◆ **Work to complete**
The data below holds the lines to copy: everything from the line containing "v 3.658 10 -74.64" to the line containing "v -4.203 25.685 -46.875", both ends included, set down exactly.

####

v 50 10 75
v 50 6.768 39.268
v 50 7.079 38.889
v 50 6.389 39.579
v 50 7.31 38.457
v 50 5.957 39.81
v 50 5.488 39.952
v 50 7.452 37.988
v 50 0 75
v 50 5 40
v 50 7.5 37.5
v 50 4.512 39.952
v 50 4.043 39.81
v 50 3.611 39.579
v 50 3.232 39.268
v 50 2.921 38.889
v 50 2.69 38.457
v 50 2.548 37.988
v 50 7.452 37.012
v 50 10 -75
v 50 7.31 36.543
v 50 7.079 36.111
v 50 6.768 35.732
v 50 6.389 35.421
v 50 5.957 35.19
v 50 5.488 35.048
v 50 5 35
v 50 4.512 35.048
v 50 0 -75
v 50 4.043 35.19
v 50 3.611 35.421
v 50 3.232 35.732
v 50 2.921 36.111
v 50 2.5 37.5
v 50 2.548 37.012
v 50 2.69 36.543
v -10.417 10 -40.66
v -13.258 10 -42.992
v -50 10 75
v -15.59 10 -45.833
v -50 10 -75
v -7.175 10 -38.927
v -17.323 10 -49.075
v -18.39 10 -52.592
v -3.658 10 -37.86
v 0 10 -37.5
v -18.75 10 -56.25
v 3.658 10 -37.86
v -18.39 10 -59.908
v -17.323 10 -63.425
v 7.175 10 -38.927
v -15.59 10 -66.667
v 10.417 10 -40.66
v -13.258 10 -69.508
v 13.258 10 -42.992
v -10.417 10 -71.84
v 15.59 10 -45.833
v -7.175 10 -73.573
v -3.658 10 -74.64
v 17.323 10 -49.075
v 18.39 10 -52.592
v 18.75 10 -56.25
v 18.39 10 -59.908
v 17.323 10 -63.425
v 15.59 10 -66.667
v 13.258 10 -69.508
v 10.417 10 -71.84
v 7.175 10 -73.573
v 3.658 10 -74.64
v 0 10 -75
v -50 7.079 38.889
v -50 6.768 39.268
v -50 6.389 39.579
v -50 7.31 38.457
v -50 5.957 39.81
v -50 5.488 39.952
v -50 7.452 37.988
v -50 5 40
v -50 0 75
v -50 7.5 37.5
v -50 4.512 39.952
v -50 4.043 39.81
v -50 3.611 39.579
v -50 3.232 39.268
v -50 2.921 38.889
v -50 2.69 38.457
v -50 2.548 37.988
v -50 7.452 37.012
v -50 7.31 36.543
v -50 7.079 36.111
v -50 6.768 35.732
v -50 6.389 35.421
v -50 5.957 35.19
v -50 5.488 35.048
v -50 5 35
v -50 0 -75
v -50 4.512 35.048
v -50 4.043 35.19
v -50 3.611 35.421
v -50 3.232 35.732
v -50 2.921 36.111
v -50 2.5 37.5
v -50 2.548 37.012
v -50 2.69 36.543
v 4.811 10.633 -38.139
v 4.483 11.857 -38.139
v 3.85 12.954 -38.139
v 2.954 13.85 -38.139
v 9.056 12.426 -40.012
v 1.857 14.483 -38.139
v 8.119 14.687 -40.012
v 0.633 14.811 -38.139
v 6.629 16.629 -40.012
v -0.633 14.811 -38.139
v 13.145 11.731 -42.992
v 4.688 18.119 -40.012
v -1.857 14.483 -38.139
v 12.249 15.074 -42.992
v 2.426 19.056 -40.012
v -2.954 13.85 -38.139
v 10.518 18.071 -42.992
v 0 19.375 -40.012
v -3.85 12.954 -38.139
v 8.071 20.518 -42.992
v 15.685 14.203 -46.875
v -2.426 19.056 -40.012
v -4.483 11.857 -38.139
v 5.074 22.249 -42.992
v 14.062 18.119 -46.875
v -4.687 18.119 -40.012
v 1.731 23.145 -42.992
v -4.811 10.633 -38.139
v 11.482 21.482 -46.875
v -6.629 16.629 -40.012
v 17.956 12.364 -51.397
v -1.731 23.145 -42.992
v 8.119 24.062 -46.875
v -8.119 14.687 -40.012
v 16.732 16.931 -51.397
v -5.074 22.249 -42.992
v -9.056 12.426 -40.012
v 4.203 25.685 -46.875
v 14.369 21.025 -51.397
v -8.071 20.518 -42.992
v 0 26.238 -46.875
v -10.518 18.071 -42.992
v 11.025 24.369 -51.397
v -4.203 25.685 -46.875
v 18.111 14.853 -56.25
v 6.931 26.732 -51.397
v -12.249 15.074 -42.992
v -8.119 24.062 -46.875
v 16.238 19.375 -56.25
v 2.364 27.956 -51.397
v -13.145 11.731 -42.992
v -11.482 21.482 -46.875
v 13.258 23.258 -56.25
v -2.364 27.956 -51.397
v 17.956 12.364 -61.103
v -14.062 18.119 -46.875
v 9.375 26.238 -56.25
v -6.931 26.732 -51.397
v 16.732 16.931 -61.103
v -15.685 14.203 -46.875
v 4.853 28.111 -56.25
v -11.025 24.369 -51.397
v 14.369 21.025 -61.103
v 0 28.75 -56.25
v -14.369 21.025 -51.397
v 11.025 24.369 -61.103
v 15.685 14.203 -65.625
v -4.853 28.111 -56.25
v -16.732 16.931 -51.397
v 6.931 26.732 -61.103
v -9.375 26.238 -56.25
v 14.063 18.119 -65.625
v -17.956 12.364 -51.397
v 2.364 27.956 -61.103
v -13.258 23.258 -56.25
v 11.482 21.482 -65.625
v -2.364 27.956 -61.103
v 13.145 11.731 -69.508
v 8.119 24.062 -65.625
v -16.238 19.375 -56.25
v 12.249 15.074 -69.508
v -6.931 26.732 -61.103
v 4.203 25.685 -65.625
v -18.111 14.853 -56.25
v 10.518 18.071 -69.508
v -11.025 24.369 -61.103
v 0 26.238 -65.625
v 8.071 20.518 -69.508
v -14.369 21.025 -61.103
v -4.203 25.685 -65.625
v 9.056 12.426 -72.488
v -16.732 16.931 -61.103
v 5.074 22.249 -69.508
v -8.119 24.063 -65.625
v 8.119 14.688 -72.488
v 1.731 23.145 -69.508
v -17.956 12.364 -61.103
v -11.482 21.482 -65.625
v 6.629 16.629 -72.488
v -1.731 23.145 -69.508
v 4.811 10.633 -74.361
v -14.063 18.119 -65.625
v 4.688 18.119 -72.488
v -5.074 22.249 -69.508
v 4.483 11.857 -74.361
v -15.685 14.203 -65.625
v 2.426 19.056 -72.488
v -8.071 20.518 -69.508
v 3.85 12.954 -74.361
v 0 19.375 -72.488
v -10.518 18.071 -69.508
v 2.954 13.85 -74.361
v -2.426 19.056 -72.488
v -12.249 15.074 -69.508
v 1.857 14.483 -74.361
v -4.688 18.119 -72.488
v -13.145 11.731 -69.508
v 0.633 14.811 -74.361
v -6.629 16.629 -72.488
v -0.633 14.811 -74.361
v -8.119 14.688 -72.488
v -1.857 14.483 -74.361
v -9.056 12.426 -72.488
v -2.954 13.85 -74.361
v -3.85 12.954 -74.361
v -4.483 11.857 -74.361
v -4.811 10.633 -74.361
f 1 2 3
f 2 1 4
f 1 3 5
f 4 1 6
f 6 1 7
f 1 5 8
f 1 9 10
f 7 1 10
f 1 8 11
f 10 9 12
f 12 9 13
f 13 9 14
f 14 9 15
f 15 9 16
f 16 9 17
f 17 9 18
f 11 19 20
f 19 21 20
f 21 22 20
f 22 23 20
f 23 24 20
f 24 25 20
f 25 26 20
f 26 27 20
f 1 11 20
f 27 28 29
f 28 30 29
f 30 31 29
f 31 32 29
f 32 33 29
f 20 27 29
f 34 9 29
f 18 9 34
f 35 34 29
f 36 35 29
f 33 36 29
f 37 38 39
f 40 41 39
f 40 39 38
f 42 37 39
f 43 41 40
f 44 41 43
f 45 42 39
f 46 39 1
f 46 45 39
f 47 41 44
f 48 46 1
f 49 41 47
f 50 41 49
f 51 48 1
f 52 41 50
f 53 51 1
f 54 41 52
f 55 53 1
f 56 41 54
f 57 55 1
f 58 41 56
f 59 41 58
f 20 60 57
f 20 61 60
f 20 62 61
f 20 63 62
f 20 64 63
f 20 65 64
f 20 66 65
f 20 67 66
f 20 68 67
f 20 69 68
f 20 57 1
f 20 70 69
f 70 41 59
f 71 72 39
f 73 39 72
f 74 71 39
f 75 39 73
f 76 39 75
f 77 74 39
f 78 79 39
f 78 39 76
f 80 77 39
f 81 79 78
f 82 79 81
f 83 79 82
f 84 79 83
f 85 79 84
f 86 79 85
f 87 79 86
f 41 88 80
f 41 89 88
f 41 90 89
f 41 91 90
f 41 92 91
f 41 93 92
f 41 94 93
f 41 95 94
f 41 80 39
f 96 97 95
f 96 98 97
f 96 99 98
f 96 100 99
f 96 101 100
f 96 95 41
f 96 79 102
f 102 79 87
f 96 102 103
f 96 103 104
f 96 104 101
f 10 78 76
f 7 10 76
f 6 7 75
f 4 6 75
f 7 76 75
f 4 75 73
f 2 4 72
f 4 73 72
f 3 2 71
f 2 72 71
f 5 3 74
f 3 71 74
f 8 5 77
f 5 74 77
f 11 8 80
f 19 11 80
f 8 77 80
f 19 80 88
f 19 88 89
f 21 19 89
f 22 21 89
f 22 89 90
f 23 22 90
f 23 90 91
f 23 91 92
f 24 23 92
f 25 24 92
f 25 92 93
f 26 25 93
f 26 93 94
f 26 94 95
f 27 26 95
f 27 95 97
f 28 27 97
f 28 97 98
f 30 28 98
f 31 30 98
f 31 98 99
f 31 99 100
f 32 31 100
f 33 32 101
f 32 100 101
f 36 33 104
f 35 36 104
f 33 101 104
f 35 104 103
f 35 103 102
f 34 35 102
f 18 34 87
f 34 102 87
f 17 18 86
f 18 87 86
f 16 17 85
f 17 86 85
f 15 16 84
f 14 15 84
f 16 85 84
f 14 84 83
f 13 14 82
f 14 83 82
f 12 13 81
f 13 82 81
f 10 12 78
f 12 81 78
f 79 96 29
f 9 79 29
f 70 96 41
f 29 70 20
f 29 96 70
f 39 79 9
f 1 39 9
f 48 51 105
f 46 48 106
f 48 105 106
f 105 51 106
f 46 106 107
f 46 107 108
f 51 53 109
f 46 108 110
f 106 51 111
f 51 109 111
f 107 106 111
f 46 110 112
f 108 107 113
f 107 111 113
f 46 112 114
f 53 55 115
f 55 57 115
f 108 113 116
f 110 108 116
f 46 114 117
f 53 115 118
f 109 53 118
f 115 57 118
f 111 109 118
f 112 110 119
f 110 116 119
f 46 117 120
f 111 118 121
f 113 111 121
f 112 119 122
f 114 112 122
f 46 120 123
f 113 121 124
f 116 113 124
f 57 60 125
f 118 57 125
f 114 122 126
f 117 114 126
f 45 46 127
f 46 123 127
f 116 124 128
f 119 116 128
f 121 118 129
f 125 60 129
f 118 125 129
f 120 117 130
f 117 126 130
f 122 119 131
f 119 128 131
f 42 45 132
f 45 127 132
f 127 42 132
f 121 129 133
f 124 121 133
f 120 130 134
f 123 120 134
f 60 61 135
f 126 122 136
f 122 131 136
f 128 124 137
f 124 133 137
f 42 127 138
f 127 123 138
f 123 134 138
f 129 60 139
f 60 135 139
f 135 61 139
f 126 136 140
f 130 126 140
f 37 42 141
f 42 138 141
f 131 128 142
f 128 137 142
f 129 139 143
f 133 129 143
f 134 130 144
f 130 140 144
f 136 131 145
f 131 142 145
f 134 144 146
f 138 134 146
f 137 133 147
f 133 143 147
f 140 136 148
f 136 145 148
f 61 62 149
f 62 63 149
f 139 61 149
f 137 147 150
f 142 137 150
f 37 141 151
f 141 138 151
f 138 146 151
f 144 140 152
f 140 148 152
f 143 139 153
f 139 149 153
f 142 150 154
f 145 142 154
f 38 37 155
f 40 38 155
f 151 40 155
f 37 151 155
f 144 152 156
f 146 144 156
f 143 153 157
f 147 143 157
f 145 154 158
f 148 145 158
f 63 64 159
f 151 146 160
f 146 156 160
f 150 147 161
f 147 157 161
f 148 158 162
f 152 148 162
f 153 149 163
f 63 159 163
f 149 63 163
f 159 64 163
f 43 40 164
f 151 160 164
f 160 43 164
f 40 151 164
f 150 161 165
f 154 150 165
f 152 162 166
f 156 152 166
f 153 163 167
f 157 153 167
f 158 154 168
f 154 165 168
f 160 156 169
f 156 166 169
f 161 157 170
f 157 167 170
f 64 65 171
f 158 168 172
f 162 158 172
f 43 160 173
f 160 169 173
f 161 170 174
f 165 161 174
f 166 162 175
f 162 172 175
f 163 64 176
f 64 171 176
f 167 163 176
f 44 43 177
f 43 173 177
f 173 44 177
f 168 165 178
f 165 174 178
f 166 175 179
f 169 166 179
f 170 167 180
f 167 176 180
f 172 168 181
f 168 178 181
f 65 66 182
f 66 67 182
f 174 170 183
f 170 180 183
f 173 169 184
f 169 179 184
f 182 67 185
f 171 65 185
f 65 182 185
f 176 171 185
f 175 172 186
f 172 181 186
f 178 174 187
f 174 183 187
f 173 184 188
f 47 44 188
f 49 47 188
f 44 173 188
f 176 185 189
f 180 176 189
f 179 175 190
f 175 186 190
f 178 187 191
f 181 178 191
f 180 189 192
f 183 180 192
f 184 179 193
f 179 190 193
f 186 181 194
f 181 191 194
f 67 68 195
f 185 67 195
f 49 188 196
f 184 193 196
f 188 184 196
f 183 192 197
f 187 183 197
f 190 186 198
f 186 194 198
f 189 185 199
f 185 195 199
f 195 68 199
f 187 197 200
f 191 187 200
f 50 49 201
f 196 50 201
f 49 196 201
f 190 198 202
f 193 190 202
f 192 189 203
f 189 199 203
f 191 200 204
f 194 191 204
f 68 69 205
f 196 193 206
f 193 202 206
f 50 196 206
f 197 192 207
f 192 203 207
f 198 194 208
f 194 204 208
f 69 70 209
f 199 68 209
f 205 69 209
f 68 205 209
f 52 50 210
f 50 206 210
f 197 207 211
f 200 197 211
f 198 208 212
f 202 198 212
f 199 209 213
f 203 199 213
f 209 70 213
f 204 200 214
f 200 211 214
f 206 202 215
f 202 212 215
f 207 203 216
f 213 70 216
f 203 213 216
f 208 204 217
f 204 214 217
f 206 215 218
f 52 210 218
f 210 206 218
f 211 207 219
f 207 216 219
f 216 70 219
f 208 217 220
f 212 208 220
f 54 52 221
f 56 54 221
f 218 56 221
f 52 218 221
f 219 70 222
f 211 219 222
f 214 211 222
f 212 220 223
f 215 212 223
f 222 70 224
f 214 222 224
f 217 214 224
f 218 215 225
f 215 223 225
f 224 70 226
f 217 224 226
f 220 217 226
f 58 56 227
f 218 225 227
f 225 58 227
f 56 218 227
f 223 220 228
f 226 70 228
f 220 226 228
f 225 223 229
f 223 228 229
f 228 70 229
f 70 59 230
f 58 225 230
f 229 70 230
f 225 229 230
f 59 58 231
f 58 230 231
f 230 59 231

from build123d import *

# Parameters (mm, degrees)
SKETCH_1_W          = 100
SKETCH_1_H          = 150
EXTRUDE_1_DEPTH     = 10
REVOLVE_2_ANGLE     = 180
SKETCH_3_R          = 2.5
CUT_EXTRUDE_1_DEPTH = 129.263644498


with BuildPart() as part:
    # 草圖1 → 填料-伸長1 (new body)
    with BuildSketch(Plane(origin=(0, 0, 0), x_dir=(1, 0, 0), z_dir=(0, 1, 0))):
        Rectangle(SKETCH_1_W, SKETCH_1_H)
    extrude(amount=EXTRUDE_1_DEPTH)

    # 草圖2 → 旋轉2 (revolve)
    with BuildSketch(Plane(origin=(0, 10, 0), x_dir=(1, 0, 0), z_dir=(0, 1, 0))):
        with BuildLine():
            Line((0, 75), (0, 37.5))
            ThreePointArc((0, 37.5), (18.75, 56.25), (0, 75))
        make_face()
    revolve(axis=Axis((0, 10, -75), (0, 0, 1)), revolution_arc=REVOLVE_2_ANGLE)

    # 草圖3 → 除料-伸長1 (cut, through all)
    with BuildSketch(Plane.ZY.offset(50)):
        with Locations((37.5, 5)):
            Circle(SKETCH_3_R)
    extrude(amount=-CUT_EXTRUDE_1_DEPTH, mode=Mode.SUBTRACT)


solid = part.part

####

◆ **Task answer**
v 3.658 10 -74.64
v 0 10 -75
v -50 7.079 38.889
v -50 6.768 39.268
v -50 6.389 39.579
v -50 7.31 38.457
v -50 5.957 39.81
v -50 5.488 39.952
v -50 7.452 37.988
v -50 5 40
v -50 0 75
v -50 7.5 37.5
v -50 4.512 39.952
v -50 4.043 39.81
v -50 3.611 39.579
v -50 3.232 39.268
v -50 2.921 38.889
v -50 2.69 38.457
v -50 2.548 37.988
v -50 7.452 37.012
v -50 7.31 36.543
v -50 7.079 36.111
v -50 6.768 35.732
v -50 6.389 35.421
v -50 5.957 35.19
v -50 5.488 35.048
v -50 5 35
v -50 0 -75
v -50 4.512 35.048
v -50 4.043 35.19
v -50 3.611 35.421
v -50 3.232 35.732
v -50 2.921 36.111
v -50 2.5 37.5
v -50 2.548 37.012
v -50 2.69 36.543
v 4.811 10.633 -38.139
v 4.483 11.857 -38.139
v 3.85 12.954 -38.139
v 2.954 13.85 -38.139
v 9.056 12.426 -40.012
v 1.857 14.483 -38.139
v 8.119 14.687 -40.012
v 0.633 14.811 -38.139
v 6.629 16.629 -40.012
v -0.633 14.811 -38.139
v 13.145 11.731 -42.992
v 4.688 18.119 -40.012
v -1.857 14.483 -38.139
v 12.249 15.074 -42.992
v 2.426 19.056 -40.012
v -2.954 13.85 -38.139
v 10.518 18.071 -42.992
v 0 19.375 -40.012
v -3.85 12.954 -38.139
v 8.071 20.518 -42.992
v 15.685 14.203 -46.875
v -2.426 19.056 -40.012
v -4.483 11.857 -38.139
v 5.074 22.249 -42.992
v 14.062 18.119 -46.875
v -4.687 18.119 -40.012
v 1.731 23.145 -42.992
v -4.811 10.633 -38.139
v 11.482 21.482 -46.875
v -6.629 16.629 -40.012
v 17.956 12.364 -51.397
v -1.731 23.145 -42.992
v 8.119 24.062 -46.875
v -8.119 14.687 -40.012
v 16.732 16.931 -51.397
v -5.074 22.249 -42.992
v -9.056 12.426 -40.012
v 4.203 25.685 -46.875
v 14.369 21.025 -51.397
v -8.071 20.518 -42.992
v 0 26.238 -46.875
v -10.518 18.071 -42.992
v 11.025 24.369 -51.397
v -4.203 25.685 -46.875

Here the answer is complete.